その真摯な様に皆は食事する手を自然に止めた。
「紀元前、シチリアではローマを揺るがす程の奴隷による大反乱が起こりました。それは、シチリアで行われていた悪政が原因でした。それに立ち向かうかのように、一人の男性によって弾劾演説が行われました」
弾劾とは、法令によって特別に身分を保障された職務者へ、職務違反や非行があった場合に、訴追を受けることで審議され、罷免もしくは処罰される――それはすなわち、職を失うことであった。
「シチリアと言う土地は、イタリア統一後の経済発展によって、イタリア北部は大きく都市化されたのに対して、産業の発達から取り残されたと言う過去があるのだよ。当時は、ファッシ・シチリアーニと呼ばれる労働者の運動が激化し、政府は非常事態宣言を出すことを余儀なくされた」
アイリの言葉にイタリア出身であるカルロが口を開いた。
「なるほどな。失業率が過去最悪、雇用情勢や住宅問題に抗議するデモ隊が暴徒化。それらにより、若者の国外逃亡に、根強く残る南北格差。時代は、周るってやつなのか。それとも、時代を引っ張り出して来た――の間違いなのかねえ」
カルロは、そうぼやく様に言うと鼻で笑い、再びワインを飲み始めた。
「カルロが言った様に、歴史は必ず繰り返される。それも悪い記録を更新してね。そんな歴史的背景のある街で、誰とは名指すことは無いなくとも、半ば弾劾演説とも取れる演説を行えば、表の顔では称賛を贈るでしょうけれど、内心ではそうはいかないでしょうね」
アイリは、握った拳の人差し指と親指を伸ばして銃の形を創り上げると、自分の側頭部へ突き付けた。
「言ってみれば、自分たちにとって都合の良い世界を創って来た人間に、言葉と言う武器を用いて、頭へと銃口を突き付けようとしてると言うことなのだよ。恐らく高慢な貴族に届くことは無い」
そして、アイリは両手を大きく広げる。
「しかし、だからこそこのルクサーナの演説には価値がある。大多数を占めている一般市民の支持率を仰げれば、それだけで良いのだよ。そして、こんな今回の演説を成功で終えられた際に、一番と言っても良い価値がある」
アイリはニヤリと笑みを溢し、それを理解していたルクサーナは、自分の口で答えた。
「私が死ぬと言う事に対して、その価値が大きく上がるでしょう」
命は決して平等では無い。
生前にどのような活動を行い、どのような最期を迎えたのか――それらは、状況や境遇など様々な要因によって、その命の価値は変動する。ルクサーナの様に、世界平和の為に若くして捧げられた命であれば、その価値は図るまでも無かった。
「前にも言ったように、私はあくまできっかけの一つに過ぎません。
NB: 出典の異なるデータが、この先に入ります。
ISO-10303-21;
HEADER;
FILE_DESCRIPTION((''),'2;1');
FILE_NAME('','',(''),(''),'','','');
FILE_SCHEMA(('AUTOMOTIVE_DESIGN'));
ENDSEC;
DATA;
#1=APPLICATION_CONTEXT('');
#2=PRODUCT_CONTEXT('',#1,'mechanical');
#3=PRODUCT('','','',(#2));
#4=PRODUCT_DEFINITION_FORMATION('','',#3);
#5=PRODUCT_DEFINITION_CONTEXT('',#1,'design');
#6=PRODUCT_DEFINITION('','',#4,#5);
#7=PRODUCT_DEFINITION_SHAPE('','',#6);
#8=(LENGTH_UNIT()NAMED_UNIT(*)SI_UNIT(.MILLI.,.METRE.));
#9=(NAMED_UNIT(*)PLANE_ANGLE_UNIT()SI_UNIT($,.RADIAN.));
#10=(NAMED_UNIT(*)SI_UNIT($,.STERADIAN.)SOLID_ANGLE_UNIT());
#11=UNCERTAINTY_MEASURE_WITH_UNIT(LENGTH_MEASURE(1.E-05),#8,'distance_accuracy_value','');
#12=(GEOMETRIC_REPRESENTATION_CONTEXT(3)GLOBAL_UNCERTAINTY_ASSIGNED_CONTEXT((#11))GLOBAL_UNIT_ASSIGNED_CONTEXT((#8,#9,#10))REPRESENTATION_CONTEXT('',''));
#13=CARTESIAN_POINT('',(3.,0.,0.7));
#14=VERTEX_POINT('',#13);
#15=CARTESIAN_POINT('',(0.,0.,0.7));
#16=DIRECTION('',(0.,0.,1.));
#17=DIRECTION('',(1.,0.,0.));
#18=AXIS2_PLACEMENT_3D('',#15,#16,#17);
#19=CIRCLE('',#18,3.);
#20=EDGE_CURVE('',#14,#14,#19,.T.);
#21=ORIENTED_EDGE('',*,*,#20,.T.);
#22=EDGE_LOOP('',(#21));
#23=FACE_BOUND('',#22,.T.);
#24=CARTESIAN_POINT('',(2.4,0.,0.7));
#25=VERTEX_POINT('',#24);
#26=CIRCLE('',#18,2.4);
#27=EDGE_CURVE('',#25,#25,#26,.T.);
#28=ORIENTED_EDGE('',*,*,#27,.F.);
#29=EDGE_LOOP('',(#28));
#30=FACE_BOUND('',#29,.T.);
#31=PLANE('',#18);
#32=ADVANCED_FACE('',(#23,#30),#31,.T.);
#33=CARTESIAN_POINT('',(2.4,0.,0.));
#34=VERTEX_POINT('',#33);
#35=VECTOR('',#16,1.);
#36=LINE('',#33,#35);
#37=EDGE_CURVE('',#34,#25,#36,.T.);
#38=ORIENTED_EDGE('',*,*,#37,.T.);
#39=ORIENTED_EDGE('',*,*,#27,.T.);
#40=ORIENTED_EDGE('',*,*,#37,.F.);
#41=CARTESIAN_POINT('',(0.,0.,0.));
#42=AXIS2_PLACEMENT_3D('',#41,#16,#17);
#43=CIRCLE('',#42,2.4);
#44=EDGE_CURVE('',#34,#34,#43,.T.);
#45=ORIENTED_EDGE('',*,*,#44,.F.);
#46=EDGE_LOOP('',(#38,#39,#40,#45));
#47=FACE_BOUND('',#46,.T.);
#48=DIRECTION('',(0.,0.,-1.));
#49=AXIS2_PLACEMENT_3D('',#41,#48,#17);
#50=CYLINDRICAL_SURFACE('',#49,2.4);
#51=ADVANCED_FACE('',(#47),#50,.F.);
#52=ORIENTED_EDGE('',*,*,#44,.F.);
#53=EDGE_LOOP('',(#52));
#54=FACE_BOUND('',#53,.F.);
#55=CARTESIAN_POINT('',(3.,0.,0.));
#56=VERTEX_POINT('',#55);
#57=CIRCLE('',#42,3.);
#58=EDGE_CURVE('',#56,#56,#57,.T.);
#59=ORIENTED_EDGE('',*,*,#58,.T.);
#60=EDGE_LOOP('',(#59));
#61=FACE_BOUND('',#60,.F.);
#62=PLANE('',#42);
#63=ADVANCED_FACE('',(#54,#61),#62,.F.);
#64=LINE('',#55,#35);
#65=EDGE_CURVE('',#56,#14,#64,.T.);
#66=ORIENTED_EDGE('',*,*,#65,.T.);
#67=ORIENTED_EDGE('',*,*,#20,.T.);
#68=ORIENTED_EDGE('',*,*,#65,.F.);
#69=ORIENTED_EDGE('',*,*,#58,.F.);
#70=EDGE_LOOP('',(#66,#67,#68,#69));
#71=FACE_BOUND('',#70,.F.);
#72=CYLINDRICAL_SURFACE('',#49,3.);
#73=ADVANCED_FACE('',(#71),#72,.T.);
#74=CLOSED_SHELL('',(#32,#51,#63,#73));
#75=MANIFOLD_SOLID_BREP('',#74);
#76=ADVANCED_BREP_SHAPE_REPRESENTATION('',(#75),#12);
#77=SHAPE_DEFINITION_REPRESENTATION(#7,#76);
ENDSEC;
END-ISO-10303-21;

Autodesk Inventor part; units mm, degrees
ref_plane "YZ Plane" through (0, 0, 0) normal (1, 0, 0) x (0, 1, 0)
ref_plane "XZ Plane" through (0, 0, 0) normal (0, 1, 0) x (-1, 0, 0)
ref_plane "XY Plane" through (0, 0, 0) normal (0, 0, 1) x (1, 0, 0)
sketch "Sketch1" plane through (0, 0, 0) normal (0, 0, 1) x (1, 0, 0)
  circle A0 centre (0, 0) radius 2.4
  circle A1 centre (0, 0) radius 3
  dimension "d0" = 4.8
  dimension "d1" = 6
extrude "Extrusion1" add sketch "Sketch1" along normal blind 0.7
properties part number "YBeltWasher4.8"
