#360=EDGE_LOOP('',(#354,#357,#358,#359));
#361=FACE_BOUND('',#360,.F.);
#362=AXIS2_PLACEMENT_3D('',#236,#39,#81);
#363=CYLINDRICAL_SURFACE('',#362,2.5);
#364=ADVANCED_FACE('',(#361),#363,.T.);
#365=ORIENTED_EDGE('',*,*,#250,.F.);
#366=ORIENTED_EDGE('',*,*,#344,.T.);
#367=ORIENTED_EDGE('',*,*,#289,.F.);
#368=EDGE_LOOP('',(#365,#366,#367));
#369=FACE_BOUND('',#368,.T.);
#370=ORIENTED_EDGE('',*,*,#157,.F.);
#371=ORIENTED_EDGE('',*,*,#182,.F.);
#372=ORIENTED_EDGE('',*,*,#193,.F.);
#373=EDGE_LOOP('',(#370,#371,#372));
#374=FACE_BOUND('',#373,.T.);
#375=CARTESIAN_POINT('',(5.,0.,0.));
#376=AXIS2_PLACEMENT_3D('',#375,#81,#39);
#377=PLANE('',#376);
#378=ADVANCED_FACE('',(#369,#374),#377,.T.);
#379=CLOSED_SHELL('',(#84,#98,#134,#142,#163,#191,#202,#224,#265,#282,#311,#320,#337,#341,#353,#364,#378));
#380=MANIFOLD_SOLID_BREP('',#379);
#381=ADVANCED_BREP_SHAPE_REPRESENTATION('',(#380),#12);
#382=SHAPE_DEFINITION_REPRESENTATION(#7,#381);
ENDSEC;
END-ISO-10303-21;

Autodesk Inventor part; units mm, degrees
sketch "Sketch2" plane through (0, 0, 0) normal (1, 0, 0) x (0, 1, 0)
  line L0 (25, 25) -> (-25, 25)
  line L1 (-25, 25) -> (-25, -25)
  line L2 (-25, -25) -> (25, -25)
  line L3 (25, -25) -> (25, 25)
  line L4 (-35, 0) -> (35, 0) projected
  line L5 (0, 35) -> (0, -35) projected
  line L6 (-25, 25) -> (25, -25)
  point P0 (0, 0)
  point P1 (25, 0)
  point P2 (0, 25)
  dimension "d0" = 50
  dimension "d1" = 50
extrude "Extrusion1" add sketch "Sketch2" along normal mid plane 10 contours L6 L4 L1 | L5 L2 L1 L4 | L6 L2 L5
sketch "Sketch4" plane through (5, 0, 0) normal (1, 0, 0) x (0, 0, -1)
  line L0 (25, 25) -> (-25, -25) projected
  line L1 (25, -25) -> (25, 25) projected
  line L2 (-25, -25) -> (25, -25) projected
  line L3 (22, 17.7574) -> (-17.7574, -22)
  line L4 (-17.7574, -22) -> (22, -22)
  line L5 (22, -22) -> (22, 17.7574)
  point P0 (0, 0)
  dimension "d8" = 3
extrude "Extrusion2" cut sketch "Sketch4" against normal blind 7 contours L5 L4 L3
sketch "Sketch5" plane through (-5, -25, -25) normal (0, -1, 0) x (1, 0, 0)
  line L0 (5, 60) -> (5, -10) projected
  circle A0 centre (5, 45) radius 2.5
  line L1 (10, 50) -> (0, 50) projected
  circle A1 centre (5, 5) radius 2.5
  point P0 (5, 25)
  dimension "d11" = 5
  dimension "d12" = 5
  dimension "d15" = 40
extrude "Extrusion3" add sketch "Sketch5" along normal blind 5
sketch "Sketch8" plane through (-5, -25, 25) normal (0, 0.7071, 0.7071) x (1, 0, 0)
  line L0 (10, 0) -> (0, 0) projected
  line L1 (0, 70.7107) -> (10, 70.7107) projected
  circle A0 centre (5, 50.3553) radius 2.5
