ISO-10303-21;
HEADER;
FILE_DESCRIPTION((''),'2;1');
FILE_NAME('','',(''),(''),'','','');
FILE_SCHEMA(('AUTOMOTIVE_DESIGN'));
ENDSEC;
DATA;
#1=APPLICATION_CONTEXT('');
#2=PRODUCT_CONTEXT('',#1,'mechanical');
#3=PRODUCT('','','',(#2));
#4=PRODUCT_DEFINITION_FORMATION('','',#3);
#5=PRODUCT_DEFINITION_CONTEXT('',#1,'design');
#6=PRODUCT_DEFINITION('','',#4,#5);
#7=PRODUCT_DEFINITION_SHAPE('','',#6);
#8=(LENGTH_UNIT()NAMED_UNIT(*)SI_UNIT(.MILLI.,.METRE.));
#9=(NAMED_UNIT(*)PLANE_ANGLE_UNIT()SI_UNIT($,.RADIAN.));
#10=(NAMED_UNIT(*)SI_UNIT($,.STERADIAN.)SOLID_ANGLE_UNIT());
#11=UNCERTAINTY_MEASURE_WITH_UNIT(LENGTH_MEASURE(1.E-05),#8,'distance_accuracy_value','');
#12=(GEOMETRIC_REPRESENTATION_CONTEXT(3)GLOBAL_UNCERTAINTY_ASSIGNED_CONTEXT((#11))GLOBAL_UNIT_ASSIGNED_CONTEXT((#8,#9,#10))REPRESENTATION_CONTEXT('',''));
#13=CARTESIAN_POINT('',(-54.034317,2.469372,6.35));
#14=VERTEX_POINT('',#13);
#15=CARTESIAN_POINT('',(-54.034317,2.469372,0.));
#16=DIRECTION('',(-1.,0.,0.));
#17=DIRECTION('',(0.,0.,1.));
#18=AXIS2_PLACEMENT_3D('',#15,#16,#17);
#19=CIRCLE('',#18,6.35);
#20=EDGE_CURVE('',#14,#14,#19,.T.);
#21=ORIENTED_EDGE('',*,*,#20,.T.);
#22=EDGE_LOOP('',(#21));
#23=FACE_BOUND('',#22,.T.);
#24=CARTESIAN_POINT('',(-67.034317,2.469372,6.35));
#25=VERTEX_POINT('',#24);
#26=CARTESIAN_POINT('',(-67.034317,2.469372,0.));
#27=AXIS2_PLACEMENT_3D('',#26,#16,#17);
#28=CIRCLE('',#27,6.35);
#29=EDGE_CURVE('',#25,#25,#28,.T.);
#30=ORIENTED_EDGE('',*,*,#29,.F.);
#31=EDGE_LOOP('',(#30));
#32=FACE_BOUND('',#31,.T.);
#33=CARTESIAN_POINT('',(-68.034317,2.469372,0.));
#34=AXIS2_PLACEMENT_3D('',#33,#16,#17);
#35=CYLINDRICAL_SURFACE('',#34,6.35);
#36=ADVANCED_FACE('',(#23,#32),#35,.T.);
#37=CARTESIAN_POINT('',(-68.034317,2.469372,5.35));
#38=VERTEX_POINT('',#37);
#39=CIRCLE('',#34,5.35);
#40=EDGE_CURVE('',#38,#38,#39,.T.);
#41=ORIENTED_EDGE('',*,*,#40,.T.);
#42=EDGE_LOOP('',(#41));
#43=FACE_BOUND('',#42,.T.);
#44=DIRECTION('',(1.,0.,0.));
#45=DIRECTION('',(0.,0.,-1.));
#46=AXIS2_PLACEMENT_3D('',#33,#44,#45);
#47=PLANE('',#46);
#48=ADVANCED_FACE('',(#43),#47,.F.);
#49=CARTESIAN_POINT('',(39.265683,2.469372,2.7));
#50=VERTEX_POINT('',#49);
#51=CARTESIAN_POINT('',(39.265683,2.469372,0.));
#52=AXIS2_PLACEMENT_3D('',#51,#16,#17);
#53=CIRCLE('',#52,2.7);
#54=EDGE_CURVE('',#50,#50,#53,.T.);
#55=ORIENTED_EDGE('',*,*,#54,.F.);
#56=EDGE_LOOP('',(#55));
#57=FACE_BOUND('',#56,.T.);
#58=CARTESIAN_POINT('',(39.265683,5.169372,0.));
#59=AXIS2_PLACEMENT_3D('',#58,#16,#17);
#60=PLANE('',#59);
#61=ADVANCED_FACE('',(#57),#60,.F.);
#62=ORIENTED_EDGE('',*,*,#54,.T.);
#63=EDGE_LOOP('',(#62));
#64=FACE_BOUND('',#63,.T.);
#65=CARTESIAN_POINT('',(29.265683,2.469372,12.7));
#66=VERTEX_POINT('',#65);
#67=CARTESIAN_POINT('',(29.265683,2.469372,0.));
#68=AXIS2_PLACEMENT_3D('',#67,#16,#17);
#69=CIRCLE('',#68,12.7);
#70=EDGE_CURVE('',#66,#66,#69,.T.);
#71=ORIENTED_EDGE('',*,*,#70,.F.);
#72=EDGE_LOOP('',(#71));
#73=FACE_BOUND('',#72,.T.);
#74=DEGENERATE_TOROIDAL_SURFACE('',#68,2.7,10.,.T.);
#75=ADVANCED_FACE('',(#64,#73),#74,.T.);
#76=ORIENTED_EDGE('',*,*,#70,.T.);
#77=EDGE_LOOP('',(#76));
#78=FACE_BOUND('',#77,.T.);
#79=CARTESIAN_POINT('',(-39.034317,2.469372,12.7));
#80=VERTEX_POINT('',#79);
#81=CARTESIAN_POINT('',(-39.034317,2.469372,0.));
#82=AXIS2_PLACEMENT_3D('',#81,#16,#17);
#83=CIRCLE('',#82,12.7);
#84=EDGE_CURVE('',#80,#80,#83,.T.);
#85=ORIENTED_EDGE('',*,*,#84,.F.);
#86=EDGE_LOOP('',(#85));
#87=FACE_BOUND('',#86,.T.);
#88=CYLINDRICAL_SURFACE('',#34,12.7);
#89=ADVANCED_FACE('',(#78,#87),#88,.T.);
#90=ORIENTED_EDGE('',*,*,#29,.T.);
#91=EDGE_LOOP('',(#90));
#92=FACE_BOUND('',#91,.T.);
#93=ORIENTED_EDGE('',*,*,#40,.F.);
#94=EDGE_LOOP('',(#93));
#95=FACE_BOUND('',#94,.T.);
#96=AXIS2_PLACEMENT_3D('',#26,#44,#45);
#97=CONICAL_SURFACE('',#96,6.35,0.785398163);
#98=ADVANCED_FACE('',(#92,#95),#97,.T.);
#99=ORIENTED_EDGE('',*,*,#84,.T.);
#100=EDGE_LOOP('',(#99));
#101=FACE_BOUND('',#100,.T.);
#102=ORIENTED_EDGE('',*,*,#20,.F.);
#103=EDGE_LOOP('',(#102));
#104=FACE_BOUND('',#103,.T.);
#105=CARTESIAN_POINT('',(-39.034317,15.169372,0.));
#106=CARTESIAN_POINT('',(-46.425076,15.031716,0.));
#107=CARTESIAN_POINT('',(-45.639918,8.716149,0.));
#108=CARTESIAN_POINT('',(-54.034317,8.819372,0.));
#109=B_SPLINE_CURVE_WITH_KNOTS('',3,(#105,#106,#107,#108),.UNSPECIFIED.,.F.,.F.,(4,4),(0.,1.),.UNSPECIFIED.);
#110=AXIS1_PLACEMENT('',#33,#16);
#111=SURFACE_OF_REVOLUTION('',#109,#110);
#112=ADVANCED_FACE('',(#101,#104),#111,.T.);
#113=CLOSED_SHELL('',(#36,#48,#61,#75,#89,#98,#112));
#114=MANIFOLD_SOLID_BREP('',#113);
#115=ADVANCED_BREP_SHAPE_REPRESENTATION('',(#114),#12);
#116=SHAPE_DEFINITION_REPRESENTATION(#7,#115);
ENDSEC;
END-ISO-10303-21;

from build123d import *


with BuildPart() as part:
    # revolution body → Revolve1 (revolve)
    with BuildSketch(Plane.XY, mode=Mode.PRIVATE) as revolve1_sk:
        with BuildLine():
            Line((-67.034317062, 8.819371739), (-54.034317062, 8.819371739))
            add(Edge.make_bspline(
                [(-54.034317062, 8.819371739), (-45.639917935, 8.716149455), (-46.425076057, 15.031715968), (-39.034317062, 15.169371739)],
                knots=[0, 0, 0, 0, 1, 1, 1, 1], degree=3))
            Line((-39.034317062, 15.169371739), (29.265682938, 15.169371739))
            ThreePointArc((29.265682938, 15.169371739), (36.33675075, 12.24043955), (39.265682938, 5.169371739))
            Line((39.265682938, 5.169371739), (39.265682938, 2.469371739))
            Line((39.265682938, 2.469371739), (-68.034317062, 2.469371739))
            Line((-68.034317062, 2.469371739), (-68.034317062, 7.819371739))
            Line((-68.034317062, 7.819371739), (-67.034317062, 8.819371739))
        make_face()
    revolve(revolve1_sk.sketch.rotate(Axis((-68.034317062, 2.469371739, 0), (1, 0, 0)), 90), axis=Axis((-68.034317062, 2.469371739, 0), (1, 0, 0)))


solid = part.part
第二、第三と続く未来を残せれば私はそれで構わないのです。ですから、皆さん。私にその力を貸してください、お願いします」
ルクサーナはそう言い、深々とお辞儀をした。成人にも満たない少女の覚悟は重く――とても力強い言葉であった。当然、皆の心にもその言葉に乗せたその思いは、しっかりと届いていた。
夜は次第に更けて行き――そして、後にルクサーナ弾劾演説と呼ばれる日が、明日へと迫っていた。